L’horreur économique agroalimentaire. Pendant deux ans, Nikolaus Geyrhalter place sa caméra dans les plus grands groupes européens agricoles et filme sans commentaire employés, lieux et processus de productions. La réalité se mue en science fiction pour une inquiétante colonie pénitentiaire. Que reste t-il de l’industrie lorsqu’on la prive de discours, lorsqu’on la montre telle qu’en elle-même ? Un cauchemar à l’intrigante beauté formelle d’où l’humain disparaît peu à peu. Our daily bread dérange, inquiète et fascine. Un film d’horreur d’utilité publique.

Un homme nettoie un rang de carcasses, la tête vers le bas comme les cochons saignés qui l’entourent. L’image lisse, équilibrée, cadre un banal aller et retour d’un employé dans sa tâche quotidienne. Sauf qu’en contraste à l’aller, le travelling arrière semble presque interminable, le tout dans un étrange bruit de fond.

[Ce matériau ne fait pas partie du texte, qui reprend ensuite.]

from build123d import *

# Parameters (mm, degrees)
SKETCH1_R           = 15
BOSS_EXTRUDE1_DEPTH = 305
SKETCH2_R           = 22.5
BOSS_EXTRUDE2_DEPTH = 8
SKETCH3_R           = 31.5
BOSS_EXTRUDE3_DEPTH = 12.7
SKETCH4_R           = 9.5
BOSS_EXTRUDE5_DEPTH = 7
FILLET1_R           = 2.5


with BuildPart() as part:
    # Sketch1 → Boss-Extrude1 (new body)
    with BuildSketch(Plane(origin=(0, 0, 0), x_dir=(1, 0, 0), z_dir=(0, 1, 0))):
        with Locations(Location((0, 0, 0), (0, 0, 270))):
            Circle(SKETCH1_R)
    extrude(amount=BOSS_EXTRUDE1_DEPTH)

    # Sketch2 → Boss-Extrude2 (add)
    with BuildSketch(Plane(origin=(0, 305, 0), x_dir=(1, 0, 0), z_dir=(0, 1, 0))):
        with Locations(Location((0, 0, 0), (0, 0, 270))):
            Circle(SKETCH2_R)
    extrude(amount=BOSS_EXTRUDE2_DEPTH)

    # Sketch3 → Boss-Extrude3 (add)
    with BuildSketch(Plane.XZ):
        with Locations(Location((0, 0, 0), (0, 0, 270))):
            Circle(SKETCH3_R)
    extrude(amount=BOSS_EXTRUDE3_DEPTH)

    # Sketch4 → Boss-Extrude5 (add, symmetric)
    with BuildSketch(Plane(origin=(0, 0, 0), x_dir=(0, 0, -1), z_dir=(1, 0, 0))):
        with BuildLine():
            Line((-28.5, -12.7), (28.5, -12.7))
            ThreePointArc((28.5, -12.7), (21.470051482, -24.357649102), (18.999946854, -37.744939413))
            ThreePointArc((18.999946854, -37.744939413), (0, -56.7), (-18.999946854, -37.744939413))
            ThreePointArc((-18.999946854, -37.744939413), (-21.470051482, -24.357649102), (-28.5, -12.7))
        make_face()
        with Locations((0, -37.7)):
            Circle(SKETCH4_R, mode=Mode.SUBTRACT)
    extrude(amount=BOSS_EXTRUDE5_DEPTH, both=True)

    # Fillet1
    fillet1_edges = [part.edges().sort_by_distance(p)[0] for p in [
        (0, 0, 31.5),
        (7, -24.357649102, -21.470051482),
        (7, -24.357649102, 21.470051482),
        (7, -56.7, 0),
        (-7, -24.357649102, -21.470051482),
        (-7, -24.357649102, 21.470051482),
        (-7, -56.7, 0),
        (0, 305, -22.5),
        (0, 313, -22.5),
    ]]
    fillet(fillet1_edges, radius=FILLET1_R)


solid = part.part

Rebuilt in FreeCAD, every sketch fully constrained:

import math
import FreeCAD as App
import Part
import Sketcher
from FreeCAD import Vector


def edges_at(feature, points):
    """Names of the edges that pass closest to the given points."""
    edges = feature.Shape.Edges
    near = lambda p: min(range(len(edges)), key=lambda i: edges[i].distToShape(Part.Vertex(*p))[0])
    return sorted({f"Edge{near(p) + 1}" for p in points})

doc = App.newDocument("Part")
body = doc.addObject("PartDesign::Body", "Body")

# Sketch on XZ plane
sketch1 = body.newObject("Sketcher::SketchObject", "Sketch")
sketch1.AttachmentSupport = (doc.getObject("XZ_Plane"), [""])
sketch1.MapMode = "FlatFace"
sketch1.addGeometry(Part.Circle(Vector(0, 0, 0), Vector(0, 0, 1), 15), False)
sketch1.addConstraint([
    Sketcher.Constraint("Coincident", 0, 3, -1, 1),
    Sketcher.Constraint("Diameter", 0, 30.0),
])
pad1 = body.newObject("PartDesign::Pad", "Pad")
pad1.Profile = sketch1
pad1.Length = 305
pad1.Reversed = True

# Sketch on XZ plane
sketch2 = body.newObject("Sketcher::SketchObject", "Sketch001")
sketch2.AttachmentSupport = (doc.getObject("XZ_Plane"), [""])
sketch2.MapMode = "FlatFace"
sketch2.AttachmentOffset = App.Placement(Vector(0, 0, -305), App.Rotation())
sketch2.addGeometry(Part.Circle(Vector(0, 0, 0), Vector(0, 0, 1), 22.5), False)
sketch2.addConstraint([
    Sketcher.Constraint("Coincident", 0, 3, -1, 1),
    Sketcher.Constraint("Diameter", 0, 45.0),
])
pad2 = body.newObject("PartDesign::Pad", "Pad001")
pad2.Profile = sketch2
pad2.Length = 8
pad2.Reversed = True

# Sketch on XZ plane
sketch3 = body.newObject("Sketcher::SketchObject", "Sketch002")
sketch3.AttachmentSupport = (doc.getObject("XZ_Plane"), [""])
sketch3.MapMode = "FlatFace"
sketch3.addGeometry(Part.Circle(Vector(0, 0, 0), Vector(0, 0, 1), 31.5), False)
sketch3.addConstraint([
    Sketcher.Constraint("Coincident", 0, 3, -1, 1),
    Sketcher.Constraint("Diameter", 0, 63.0),
])
pad3 = body.newObject("PartDesign::Pad", "Pad002")
pad3.Profile = sketch3
pad3.Length = 12.7

# Sketch on YZ plane
sketch4 = body.newObject("Sketcher::SketchObject", "Sketch003")
sketch4.AttachmentSupport = (doc.getObject("YZ_Plane"), [""])
sketch4.MapMode = "FlatFace"
sketch4.addGeometry([
    Part.LineSegment(Vector(-12.7, -28.5, 0), Vector(-12.7, 28.5, 0)),  # 0
    Part.ArcOfCircle(Part.Circle(Vector(-37.834818, 56.999841, 0), Vector(0, 0, 1), 38), math.radians(-89.864482), math.radians(-48.590014)),  # 1
    Part.ArcOfCircle(Part.Circle(Vector(-37.7, 0, 0), Vector(0, 0, 1), 19), math.radians(90.135518), math.radians(269.864482)),  # 2
    Part.ArcOfCircle(Part.Circle(Vector(-37.834818, -56.999841, 0), Vector(0, 0, 1), 38), math.radians(48.590014), math.radians(89.864482)),  # 3
    Part.Circle(Vector(-37.7, 0, 0), Vector(0, 0, 1), 9.5),  # 4
], False)
sketch4.addConstraint([
    Sketcher.Constraint("Coincident", 0, 2, 1, 2),
    Sketcher.Constraint("Tangent", 1, 1, 2, 1),
    Sketcher.Constraint("Tangent", 2, 2, 3, 2),
    Sketcher.Constraint("Coincident", 3, 1, 0, 1),
    Sketcher.Constraint("Vertical", 0),
    Sketcher.Constraint("Coincident", 4, 3, 2, 3),
    Sketcher.Constraint("Equal", 1, 3),
    Sketcher.Constraint("Symmetric", 1, 3, 3, 3, -1),
    Sketcher.Constraint("Diameter", 4, 19.0),
    Sketcher.Constraint("Radius", 1, 38.0),
    Sketcher.Constraint("Radius", 2, 19.0),
    Sketcher.Constraint("DistanceY", 0, 1, 0, 2, 57.0),
    Sketcher.Constraint("DistanceX", 2, 3, 0, 2, 25.0),
    Sketcher.Constraint("DistanceX", 2, 3, -1, 1, 37.7),
])
pad4 = body.newObject("PartDesign::Pad", "Pad003")
pad4.Profile = sketch4
pad4.Length = 14
pad4.Midplane = True
doc.recompute()

fillet = body.newObject("PartDesign::Fillet", "Fillet")
fillet.Base = (pad4, edges_at(pad4, [
    (0, 0, 31.5),
    (7, -24.358, -21.47),
    (7, -24.358, 21.47),
    (7, -56.7, 0),
    (-7, -24.358, -21.47),
    (-7, -24.358, 21.47),
    (-7, -56.7, 0),
    (0, 305, -22.5),
    (0, 313, -22.5),
]))
fillet.Radius = 2.5

doc.recompute()
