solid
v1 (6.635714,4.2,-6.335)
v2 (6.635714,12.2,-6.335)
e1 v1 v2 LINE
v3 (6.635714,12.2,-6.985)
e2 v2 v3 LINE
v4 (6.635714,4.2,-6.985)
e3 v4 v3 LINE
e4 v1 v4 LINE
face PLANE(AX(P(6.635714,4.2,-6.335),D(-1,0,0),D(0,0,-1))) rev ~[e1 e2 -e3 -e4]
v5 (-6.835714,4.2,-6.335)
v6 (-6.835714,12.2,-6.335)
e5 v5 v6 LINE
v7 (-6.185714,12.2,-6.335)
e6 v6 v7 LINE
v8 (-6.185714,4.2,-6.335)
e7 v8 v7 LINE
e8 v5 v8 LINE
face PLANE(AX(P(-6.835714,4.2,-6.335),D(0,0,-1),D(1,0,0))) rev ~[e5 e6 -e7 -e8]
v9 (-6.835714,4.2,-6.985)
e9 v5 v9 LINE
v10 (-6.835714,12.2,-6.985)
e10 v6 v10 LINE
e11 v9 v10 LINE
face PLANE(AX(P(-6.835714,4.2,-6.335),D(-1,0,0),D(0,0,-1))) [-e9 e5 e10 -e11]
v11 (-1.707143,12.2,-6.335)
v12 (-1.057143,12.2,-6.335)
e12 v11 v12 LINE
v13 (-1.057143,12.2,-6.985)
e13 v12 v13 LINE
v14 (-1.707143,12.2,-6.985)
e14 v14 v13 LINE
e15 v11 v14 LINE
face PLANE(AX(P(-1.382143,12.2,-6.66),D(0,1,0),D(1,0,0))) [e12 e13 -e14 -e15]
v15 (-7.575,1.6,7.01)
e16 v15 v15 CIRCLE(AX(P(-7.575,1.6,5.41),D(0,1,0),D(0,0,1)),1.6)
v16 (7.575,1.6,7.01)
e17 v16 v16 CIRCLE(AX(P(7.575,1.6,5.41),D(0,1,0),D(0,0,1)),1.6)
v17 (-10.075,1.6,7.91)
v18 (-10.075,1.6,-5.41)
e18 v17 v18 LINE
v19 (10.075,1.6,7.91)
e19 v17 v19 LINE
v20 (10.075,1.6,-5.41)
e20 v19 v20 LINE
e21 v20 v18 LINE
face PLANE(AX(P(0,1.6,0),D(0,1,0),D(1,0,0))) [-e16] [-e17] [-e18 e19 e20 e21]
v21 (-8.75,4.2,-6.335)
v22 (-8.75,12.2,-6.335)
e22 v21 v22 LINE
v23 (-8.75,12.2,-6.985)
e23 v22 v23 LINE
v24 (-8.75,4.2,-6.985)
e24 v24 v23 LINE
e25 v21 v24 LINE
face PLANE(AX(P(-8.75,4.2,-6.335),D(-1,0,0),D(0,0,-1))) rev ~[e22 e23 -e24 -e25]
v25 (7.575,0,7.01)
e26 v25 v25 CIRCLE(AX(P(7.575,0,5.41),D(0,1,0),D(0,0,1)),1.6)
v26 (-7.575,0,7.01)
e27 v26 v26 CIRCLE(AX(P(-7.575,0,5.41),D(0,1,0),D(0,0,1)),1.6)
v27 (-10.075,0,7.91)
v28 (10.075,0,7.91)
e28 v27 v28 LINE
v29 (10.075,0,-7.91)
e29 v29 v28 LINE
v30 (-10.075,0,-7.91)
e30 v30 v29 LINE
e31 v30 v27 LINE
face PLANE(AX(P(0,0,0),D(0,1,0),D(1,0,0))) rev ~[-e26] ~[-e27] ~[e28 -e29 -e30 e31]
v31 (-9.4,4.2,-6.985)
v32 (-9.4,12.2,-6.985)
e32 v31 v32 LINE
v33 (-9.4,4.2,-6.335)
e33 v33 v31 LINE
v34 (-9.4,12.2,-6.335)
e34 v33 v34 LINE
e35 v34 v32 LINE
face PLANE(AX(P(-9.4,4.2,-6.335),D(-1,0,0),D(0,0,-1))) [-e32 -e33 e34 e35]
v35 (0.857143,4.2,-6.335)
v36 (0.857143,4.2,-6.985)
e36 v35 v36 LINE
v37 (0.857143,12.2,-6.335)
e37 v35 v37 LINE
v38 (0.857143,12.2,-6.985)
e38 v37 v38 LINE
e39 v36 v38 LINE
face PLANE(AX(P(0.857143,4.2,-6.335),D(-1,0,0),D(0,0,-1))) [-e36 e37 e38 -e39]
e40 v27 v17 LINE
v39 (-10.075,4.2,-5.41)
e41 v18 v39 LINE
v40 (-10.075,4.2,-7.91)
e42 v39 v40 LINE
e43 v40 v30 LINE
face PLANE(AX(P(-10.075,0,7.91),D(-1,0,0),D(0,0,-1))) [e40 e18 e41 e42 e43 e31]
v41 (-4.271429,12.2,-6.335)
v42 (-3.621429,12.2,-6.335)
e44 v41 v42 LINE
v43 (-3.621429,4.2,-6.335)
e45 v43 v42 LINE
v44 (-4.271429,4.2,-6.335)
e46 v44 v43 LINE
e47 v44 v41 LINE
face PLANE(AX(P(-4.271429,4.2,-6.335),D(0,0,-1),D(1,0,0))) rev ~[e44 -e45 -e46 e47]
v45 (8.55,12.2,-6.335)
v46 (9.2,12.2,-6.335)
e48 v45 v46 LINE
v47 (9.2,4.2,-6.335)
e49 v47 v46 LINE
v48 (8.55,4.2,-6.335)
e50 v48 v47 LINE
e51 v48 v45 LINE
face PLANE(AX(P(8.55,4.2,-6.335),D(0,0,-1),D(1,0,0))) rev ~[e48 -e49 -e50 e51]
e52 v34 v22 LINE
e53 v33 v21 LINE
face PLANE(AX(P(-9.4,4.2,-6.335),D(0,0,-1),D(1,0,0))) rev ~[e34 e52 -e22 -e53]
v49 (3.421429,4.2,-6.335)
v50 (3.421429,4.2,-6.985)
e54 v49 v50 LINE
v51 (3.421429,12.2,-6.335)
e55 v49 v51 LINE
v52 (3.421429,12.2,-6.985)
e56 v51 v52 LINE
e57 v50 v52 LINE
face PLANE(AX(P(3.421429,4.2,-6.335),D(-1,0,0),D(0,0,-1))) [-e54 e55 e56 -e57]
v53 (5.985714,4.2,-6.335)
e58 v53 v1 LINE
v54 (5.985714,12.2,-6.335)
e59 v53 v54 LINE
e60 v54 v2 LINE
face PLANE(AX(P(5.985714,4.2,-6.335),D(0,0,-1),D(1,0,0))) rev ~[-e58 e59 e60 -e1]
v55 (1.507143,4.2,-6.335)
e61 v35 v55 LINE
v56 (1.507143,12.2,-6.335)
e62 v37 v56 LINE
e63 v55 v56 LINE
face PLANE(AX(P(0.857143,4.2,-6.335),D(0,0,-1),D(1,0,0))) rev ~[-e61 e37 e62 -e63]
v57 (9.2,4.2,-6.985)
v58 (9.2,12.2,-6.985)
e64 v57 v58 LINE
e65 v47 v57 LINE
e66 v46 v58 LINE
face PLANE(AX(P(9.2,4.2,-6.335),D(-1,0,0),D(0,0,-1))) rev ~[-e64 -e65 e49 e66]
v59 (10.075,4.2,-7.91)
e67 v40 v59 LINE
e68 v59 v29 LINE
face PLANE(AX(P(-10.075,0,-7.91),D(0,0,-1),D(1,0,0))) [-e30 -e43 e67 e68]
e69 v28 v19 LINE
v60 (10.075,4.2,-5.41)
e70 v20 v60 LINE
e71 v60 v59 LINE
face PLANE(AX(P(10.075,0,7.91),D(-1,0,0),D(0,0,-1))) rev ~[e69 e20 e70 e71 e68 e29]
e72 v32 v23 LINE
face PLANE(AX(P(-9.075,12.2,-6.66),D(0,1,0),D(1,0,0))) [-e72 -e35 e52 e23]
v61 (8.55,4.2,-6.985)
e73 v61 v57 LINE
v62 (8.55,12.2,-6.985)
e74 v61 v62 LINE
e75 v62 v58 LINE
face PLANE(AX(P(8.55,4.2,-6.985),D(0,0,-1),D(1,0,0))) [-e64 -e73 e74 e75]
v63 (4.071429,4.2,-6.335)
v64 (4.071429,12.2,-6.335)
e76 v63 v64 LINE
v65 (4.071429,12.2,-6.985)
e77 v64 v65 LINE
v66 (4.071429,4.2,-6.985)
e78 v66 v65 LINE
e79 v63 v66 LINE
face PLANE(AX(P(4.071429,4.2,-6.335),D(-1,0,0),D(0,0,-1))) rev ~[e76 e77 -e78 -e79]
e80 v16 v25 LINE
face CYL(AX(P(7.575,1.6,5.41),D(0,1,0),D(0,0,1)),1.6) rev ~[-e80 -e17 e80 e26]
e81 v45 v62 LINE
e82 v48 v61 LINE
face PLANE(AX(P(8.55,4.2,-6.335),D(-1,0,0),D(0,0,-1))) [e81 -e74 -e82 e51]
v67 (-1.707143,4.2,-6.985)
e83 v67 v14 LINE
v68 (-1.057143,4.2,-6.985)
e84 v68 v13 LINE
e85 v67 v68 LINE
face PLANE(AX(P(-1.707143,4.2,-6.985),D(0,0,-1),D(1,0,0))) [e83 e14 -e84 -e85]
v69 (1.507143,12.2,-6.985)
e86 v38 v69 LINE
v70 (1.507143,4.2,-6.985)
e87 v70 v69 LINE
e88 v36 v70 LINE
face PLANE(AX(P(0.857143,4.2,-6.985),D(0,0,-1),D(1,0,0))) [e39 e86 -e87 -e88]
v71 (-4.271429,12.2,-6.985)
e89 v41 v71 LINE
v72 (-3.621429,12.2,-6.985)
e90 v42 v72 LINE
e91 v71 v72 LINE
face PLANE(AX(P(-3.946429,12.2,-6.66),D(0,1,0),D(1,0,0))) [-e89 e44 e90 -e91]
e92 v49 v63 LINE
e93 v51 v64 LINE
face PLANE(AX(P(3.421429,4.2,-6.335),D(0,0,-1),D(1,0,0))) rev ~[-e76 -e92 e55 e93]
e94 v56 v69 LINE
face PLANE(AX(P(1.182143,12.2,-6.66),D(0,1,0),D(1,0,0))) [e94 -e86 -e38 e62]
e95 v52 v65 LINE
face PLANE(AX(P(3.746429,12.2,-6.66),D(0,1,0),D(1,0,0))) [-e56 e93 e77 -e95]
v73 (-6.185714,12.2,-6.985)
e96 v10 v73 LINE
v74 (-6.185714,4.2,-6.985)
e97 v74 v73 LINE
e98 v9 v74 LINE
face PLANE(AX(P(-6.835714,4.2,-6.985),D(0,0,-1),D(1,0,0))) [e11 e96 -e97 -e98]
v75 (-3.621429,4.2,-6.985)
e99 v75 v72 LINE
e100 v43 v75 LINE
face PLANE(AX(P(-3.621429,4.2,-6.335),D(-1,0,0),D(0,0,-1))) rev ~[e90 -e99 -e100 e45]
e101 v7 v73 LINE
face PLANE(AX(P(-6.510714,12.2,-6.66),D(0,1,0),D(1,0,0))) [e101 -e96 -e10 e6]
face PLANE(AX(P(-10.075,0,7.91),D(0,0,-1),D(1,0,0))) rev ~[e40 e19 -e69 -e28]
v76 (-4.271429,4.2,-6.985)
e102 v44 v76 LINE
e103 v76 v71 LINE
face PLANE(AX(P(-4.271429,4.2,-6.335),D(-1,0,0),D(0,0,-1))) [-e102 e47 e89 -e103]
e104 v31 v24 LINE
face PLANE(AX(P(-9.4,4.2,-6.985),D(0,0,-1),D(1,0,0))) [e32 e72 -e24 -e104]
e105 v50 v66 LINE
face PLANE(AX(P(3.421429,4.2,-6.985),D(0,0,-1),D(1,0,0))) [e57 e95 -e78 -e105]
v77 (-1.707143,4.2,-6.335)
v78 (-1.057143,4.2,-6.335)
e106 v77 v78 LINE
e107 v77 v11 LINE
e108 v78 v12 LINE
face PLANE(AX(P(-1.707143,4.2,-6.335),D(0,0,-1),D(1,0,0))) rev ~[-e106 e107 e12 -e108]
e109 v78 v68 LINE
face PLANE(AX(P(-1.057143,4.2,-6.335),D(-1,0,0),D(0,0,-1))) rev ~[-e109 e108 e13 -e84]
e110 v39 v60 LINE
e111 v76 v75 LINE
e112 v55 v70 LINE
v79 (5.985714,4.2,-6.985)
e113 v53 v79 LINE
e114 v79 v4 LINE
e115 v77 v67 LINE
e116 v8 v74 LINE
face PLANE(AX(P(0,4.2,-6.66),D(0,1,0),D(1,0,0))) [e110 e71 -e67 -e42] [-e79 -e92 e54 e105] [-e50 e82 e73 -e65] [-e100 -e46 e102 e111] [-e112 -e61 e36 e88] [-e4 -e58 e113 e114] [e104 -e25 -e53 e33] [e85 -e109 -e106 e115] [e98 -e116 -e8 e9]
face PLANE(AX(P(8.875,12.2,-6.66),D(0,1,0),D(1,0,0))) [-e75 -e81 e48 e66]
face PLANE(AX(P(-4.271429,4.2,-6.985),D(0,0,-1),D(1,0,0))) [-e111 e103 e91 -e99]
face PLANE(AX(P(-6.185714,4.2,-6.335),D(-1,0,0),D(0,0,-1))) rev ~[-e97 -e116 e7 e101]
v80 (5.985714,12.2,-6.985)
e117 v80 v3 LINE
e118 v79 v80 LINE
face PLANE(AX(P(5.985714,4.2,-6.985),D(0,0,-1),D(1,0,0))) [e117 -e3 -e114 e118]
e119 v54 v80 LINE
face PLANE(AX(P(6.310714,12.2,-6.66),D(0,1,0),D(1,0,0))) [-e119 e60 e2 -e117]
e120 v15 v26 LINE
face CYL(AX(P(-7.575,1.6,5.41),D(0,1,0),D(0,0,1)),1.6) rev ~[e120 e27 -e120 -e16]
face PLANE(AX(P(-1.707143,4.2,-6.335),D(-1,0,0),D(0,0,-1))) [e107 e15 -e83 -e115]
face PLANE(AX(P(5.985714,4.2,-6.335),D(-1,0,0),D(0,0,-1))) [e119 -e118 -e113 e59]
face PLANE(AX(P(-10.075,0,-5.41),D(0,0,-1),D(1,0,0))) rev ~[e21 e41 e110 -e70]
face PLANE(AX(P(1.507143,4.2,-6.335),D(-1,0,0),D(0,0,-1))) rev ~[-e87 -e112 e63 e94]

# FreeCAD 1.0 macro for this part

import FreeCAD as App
import Part
import Sketcher
from FreeCAD import Vector
Q = App.Units.Quantity

doc = App.newDocument("Part")
body = doc.addObject("PartDesign::Body", "Body")

sketch1 = body.newObject("Sketcher::SketchObject", "Sketch")
sketch1.AttachmentSupport = (doc.getObject("XZ_Plane"), [""])
sketch1.MapMode = "FlatFace"
sketch1.addGeometry([
    Part.LineSegment(Vector(-10, -8, 0), Vector(-10, 8, 0)),
    Part.LineSegment(Vector(-10, 8, 0), Vector(10, 8, 0)),
    Part.LineSegment(Vector(10, 8, 0), Vector(10, -8, 0)),
    Part.LineSegment(Vector(10, -8, 0), Vector(-10, -8, 0)),
], False)
sketch1.addConstraint([
    Sketcher.Constraint("Coincident", 0, 2, 1, 1),
    Sketcher.Constraint("Coincident", 1, 2, 2, 1),
    Sketcher.Constraint("Coincident", 2, 2, 3, 1),
    Sketcher.Constraint("Coincident", 3, 2, 0, 1),
    Sketcher.Constraint("Vertical", 0),
    Sketcher.Constraint("Horizontal", 1),
    Sketcher.Constraint("Vertical", 2),
    Sketcher.Constraint("Horizontal", 3),
    Sketcher.Constraint("Symmetric", 0, 2, 2, 2, -1, 1),
    Sketcher.Constraint("DistanceX", 1, 1, 1, 2, Q("20.15 mm")),
    Sketcher.Constraint("DistanceY", 0, 1, 0, 2, Q("15.82 mm")),
])
pad1 = body.newObject("PartDesign::Pad", "Pad")
pad1.Profile = sketch1
pad1.Length = 1.6
pad1.Reversed = True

Comme si dans son geste banal, s’assurant de l’hygiène nécessaire à l’industrie qui l’emploie, l’homme effaçait toute trace de ce qui s’était produit au cours de la journée. Comme s’il effaçait là quelque chose qu’il ne fallait pas voir, et que s’attèle à nous montrer Nikolaus Geyrhalter.

Le cinéaste autrichien est documentariste : il montre ce que l’on ne voit pas, donne à entendre ce qui ne s’entend pas. Ou comment l’industrie alimentaire, par souci de productivité hygiéniste, s’est depuis trente ans éloignée d’une réalité humaine pour entrer dans le monde de la science-fiction. Un monde assujetti à une logique et se dotant des outils nécessaires (techniques, infrastructures, mains d’œuvres) pour que les chiffres se plient aux exigences de rendement, d’hygiène et de sécurité.

Minimalisme de mise en scène contre gigantisme économique.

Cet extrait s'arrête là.